Zeitschrift für anorganische und allgemeine Chemie
- Discipline: Chemistry
- Language: English
- Edited by: Thomas F. Fässler, Guodong Qian, Christian Limberg, David Scheschkewitz

Publication details
- Former name: Zeitschrift für Anorganische Chemie
- History: 1892-present
- Publisher: Wiley-VCH
- Frequency: 24/year
- Impact factor: 1.4 (2022)

Standard abbreviations
- ISO 4: Z. Anorg. Allg. Chem.

Indexing
- CODEN: ZAACAB
- ISSN: 0044-2313 (print) 1521-3749 (web)
- LCCN: 20004586
- OCLC no.: 1770423

Links
- Journal homepage; Online access; Online archive;

= Zeitschrift für anorganische und allgemeine Chemie =

The Zeitschrift für anorganische und allgemeine Chemie (Journal of Inorganic and General Chemistry) is a semimonthly peer-reviewed scientific journal covering inorganic chemistry, published by Wiley-VCH. The editors-in-chief are Thomas F. Fässler, Christian Limberg, Guodong Qian, and David Scheschkewitz. Originally the journal was published in German, but nowadays it is completely in English.

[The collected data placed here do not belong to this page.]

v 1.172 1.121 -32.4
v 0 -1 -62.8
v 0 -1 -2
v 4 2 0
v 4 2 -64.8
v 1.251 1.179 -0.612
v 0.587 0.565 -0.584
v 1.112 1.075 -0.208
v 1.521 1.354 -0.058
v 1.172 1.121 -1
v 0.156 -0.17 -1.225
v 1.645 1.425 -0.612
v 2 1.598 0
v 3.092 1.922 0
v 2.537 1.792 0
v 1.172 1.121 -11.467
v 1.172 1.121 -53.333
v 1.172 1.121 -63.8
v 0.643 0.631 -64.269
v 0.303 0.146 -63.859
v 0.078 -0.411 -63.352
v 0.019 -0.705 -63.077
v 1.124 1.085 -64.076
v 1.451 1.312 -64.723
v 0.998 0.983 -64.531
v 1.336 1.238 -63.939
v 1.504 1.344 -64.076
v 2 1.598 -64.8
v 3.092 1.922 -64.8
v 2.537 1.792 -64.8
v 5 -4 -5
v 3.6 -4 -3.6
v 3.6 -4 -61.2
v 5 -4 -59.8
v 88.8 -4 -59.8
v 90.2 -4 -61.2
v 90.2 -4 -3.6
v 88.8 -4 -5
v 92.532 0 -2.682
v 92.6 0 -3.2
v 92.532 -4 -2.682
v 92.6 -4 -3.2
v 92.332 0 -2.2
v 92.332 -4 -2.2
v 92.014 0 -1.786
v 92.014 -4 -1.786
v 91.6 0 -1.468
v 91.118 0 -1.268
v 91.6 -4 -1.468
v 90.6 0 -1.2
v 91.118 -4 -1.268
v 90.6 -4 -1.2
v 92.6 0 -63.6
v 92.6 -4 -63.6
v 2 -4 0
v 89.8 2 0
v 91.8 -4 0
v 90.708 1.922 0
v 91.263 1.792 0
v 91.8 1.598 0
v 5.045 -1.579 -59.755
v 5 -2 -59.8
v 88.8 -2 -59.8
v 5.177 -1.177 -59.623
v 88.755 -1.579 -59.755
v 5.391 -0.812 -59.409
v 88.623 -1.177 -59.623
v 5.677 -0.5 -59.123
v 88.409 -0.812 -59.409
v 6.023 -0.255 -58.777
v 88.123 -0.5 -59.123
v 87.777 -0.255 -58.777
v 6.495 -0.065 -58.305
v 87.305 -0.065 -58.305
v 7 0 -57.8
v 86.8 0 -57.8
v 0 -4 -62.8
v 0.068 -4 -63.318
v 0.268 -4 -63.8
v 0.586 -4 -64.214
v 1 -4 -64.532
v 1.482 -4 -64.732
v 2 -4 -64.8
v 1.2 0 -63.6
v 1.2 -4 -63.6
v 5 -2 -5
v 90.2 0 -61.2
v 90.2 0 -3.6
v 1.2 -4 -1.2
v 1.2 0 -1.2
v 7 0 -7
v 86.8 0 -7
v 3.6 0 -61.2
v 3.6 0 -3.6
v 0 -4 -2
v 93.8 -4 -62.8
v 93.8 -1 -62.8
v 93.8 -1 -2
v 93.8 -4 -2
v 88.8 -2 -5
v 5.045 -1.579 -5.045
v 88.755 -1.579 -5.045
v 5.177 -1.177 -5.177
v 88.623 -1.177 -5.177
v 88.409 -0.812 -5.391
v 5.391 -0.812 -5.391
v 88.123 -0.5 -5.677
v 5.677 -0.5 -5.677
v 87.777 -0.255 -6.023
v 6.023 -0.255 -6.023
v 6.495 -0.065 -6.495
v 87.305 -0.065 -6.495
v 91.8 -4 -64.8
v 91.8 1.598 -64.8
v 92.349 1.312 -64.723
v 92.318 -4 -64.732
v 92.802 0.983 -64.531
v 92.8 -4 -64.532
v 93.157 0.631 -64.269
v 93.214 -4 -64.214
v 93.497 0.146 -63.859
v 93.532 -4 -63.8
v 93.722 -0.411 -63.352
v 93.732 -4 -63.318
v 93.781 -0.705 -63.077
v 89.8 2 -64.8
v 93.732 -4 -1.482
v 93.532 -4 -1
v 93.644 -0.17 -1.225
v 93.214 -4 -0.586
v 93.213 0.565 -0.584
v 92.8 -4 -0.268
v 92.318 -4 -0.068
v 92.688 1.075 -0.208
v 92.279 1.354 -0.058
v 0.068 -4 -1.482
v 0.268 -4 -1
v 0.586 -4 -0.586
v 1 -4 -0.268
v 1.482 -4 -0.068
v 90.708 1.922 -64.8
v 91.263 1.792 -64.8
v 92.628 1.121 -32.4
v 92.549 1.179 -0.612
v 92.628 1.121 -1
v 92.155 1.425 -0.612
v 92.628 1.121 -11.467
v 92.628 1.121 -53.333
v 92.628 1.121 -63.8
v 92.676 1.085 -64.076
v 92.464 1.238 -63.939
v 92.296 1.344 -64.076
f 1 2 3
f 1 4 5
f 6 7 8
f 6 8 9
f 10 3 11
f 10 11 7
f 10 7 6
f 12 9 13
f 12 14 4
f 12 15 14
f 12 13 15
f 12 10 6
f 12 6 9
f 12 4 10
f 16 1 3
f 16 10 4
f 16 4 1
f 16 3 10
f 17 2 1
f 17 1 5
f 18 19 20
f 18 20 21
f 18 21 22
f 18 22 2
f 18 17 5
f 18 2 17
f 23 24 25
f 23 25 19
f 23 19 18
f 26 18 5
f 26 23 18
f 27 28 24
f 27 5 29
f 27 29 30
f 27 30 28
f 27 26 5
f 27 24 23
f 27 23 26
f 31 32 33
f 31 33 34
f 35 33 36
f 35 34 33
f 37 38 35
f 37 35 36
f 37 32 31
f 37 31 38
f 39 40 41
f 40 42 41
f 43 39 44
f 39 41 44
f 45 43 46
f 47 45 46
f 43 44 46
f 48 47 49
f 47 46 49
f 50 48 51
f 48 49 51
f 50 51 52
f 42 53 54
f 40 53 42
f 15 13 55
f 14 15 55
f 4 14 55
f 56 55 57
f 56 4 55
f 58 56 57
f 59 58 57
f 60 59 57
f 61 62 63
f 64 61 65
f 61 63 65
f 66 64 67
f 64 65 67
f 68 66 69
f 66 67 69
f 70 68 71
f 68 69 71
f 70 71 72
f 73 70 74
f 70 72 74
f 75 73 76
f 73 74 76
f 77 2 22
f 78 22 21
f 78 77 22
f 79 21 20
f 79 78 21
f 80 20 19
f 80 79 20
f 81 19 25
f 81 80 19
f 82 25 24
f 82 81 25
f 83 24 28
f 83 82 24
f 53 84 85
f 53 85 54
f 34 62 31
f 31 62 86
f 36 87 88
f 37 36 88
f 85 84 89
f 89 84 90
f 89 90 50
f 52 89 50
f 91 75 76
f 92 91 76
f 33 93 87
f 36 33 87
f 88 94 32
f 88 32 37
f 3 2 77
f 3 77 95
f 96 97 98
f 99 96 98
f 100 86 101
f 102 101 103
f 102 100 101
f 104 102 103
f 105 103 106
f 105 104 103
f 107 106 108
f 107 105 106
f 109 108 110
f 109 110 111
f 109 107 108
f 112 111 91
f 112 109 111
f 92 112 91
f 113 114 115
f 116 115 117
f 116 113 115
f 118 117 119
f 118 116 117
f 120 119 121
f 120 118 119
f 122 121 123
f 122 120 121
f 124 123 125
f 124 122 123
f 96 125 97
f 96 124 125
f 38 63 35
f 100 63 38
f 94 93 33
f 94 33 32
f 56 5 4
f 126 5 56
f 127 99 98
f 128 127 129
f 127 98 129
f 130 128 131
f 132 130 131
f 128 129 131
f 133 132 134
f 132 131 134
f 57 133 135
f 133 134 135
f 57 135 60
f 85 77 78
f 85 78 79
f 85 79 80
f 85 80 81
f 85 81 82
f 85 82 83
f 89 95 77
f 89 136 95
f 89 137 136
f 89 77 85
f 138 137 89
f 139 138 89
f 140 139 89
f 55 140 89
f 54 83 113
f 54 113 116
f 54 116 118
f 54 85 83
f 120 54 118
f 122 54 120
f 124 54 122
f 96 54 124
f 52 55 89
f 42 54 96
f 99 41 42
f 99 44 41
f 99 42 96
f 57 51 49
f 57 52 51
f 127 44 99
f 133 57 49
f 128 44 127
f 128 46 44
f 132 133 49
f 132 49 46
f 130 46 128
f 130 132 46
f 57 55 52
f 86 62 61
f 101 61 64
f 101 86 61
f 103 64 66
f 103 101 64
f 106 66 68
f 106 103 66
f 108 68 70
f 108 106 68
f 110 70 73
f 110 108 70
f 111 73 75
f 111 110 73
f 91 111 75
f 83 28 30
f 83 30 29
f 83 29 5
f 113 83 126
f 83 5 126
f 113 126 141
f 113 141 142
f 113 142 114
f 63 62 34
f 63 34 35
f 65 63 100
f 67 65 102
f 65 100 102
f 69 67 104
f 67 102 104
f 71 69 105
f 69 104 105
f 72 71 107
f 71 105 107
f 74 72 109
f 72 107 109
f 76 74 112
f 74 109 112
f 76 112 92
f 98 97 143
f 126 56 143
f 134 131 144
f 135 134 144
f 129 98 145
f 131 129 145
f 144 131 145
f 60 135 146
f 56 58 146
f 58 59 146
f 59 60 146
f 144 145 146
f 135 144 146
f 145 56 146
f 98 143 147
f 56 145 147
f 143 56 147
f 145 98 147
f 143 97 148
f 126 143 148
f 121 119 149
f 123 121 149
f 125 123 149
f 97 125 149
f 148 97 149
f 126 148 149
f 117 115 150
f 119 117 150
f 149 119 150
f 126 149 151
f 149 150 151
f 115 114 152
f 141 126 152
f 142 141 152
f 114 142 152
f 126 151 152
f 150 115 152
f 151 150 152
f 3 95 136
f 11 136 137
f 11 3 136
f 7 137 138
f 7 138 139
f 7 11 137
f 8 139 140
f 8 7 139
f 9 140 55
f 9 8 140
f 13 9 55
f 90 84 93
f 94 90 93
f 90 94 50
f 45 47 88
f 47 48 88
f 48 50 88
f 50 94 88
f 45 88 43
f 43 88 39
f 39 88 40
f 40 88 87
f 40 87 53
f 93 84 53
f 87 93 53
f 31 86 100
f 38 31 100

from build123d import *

# Parameters (mm, degrees)
SKETCH1_W           = 93.8
SKETCH1_H           = 32.4
BOSS_EXTRUDE1_DEPTH = 2
SKETCH3_W           = 93.8
SKETCH3_H           = 64.8
SKETCH3_W_2         = 91.4
SKETCH3_H_2         = 62.4
SKETCH3_W_3         = 86.6
SKETCH3_H_3         = 57.6
SKETCH3_W_4         = 83.8
SKETCH3_H_4         = 54.8
BOSS_EXTRUDE2_DEPTH = 4
FILLET6_R           = 2
FILLET8_START       = -66
FILLET8_DEPTH       = 67
FILLET9_R           = 2
FILLET10_R          = 2


with BuildPart() as part:
    # Sketch1 → Boss-Extrude1 (new body)
    with BuildSketch(Plane(origin=(0, 0, 0), x_dir=(1, 0, 0), z_dir=(0, 1, 0))):
        with Locations((46.9, 48.6)):
            Rectangle(SKETCH1_W, SKETCH1_H)
        Polygon((93.8, 32.4), (0, 32.4), (0, 0), (42.9, 0), (50.9, 0), (93.8, 0), align=None)
    extrude(amount=BOSS_EXTRUDE1_DEPTH)

    # Sketch3 → Boss-Extrude2 (add)
    # profile 1 of 2: a face of its own
    with BuildSketch(Plane.XZ):
        with Locations((46.9, -32.4)):
            Rectangle(SKETCH3_W, SKETCH3_H)
        with Locations((46.9, -32.4)):
            Rectangle(SKETCH3_W_2, SKETCH3_H_2, mode=Mode.SUBTRACT)
    # profile 2 of 2: a face of its own
    with BuildSketch(Plane.XZ):
        with Locations((46.9, -32.4)):
            Rectangle(SKETCH3_W_3, SKETCH3_H_3)
        with Locations((46.9, -32.4)):
            Rectangle(SKETCH3_W_4, SKETCH3_H_4, mode=Mode.SUBTRACT)
    extrude(amount=BOSS_EXTRUDE2_DEPTH)

    # Fillet6
    fillet6_edges = [part.edges().sort_by_distance(p)[0] for p in [
        (0, -1, -64.8),
        (93.8, -1, -64.8),
        (93.8, -1, 0),
        (0, -1, 0),
    ]]
    fillet(fillet6_edges, radius=FILLET6_R)

    # Fillet8: read off the stored shape, not the designer's step
    # Fillet8 outline → Fillet8 (cut)
    with BuildSketch(Plane.XY.offset(FILLET8_START)):
        with BuildLine():
            add(Edge.make_bspline(
                [(0, -1), (0, 2), (4, 2)],
                knots=[0, 0, 0, 1, 1, 1], degree=2, weights=[1, 0.707106781, 1]))
            Line((4, 2), (0, 2))
            Line((0, 2), (0, -1))
        make_face()
        with BuildLine():
            add(Edge.make_bspline(
                [(93.8, -1), (93.8, 2), (89.8, 2)],
                knots=[0, 0, 0, 1, 1, 1], degree=2, weights=[1, 0.707106781, 1]))
            Line((93.8, -1), (93.8, 2))
            Line((93.8, 2), (89.8, 2))
        make_face()
    extrude(amount=FILLET8_DEPTH, mode=Mode.SUBTRACT)

    # Fillet9
    fillet9_edges = [part.edges().sort_by_distance(p)[0] for p in [
        (5, 0, -32.4),
        (46.9, 0, -5),
        (88.8, 0, -32.4),
        (46.9, 0, -59.8),
    ]]
    fillet(fillet9_edges, radius=FILLET9_R)

    # Fillet10
    fillet10_edges = [part.edges().sort_by_distance(p)[0] for p in [
        (92.6, -2, -1.2),
    ]]
    fillet(fillet10_edges, radius=FILLET10_R)


solid = part.part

==Abstracting and indexing==
The journal is abstracted and indexed in:

- Cambridge Structural Database
- Chemical Abstracts Service
- ChemInform
- Current Contents/Physical, Chemical & Earth Sciences
- Inspec
- Science Citation Index Expanded
- Scopus

According to the Journal Citation Reports, the journal has a 2022 impact factor of 1.4.

==History==
In 1892, Gerhard Krüss (LMU Munich), established the journal under the name Zeitschrift für Anorganische Chemie. Krüss died three years later, and was succeeded by Richard Lorenz and Walther Nernst. In 1907, the journal obtained its current name.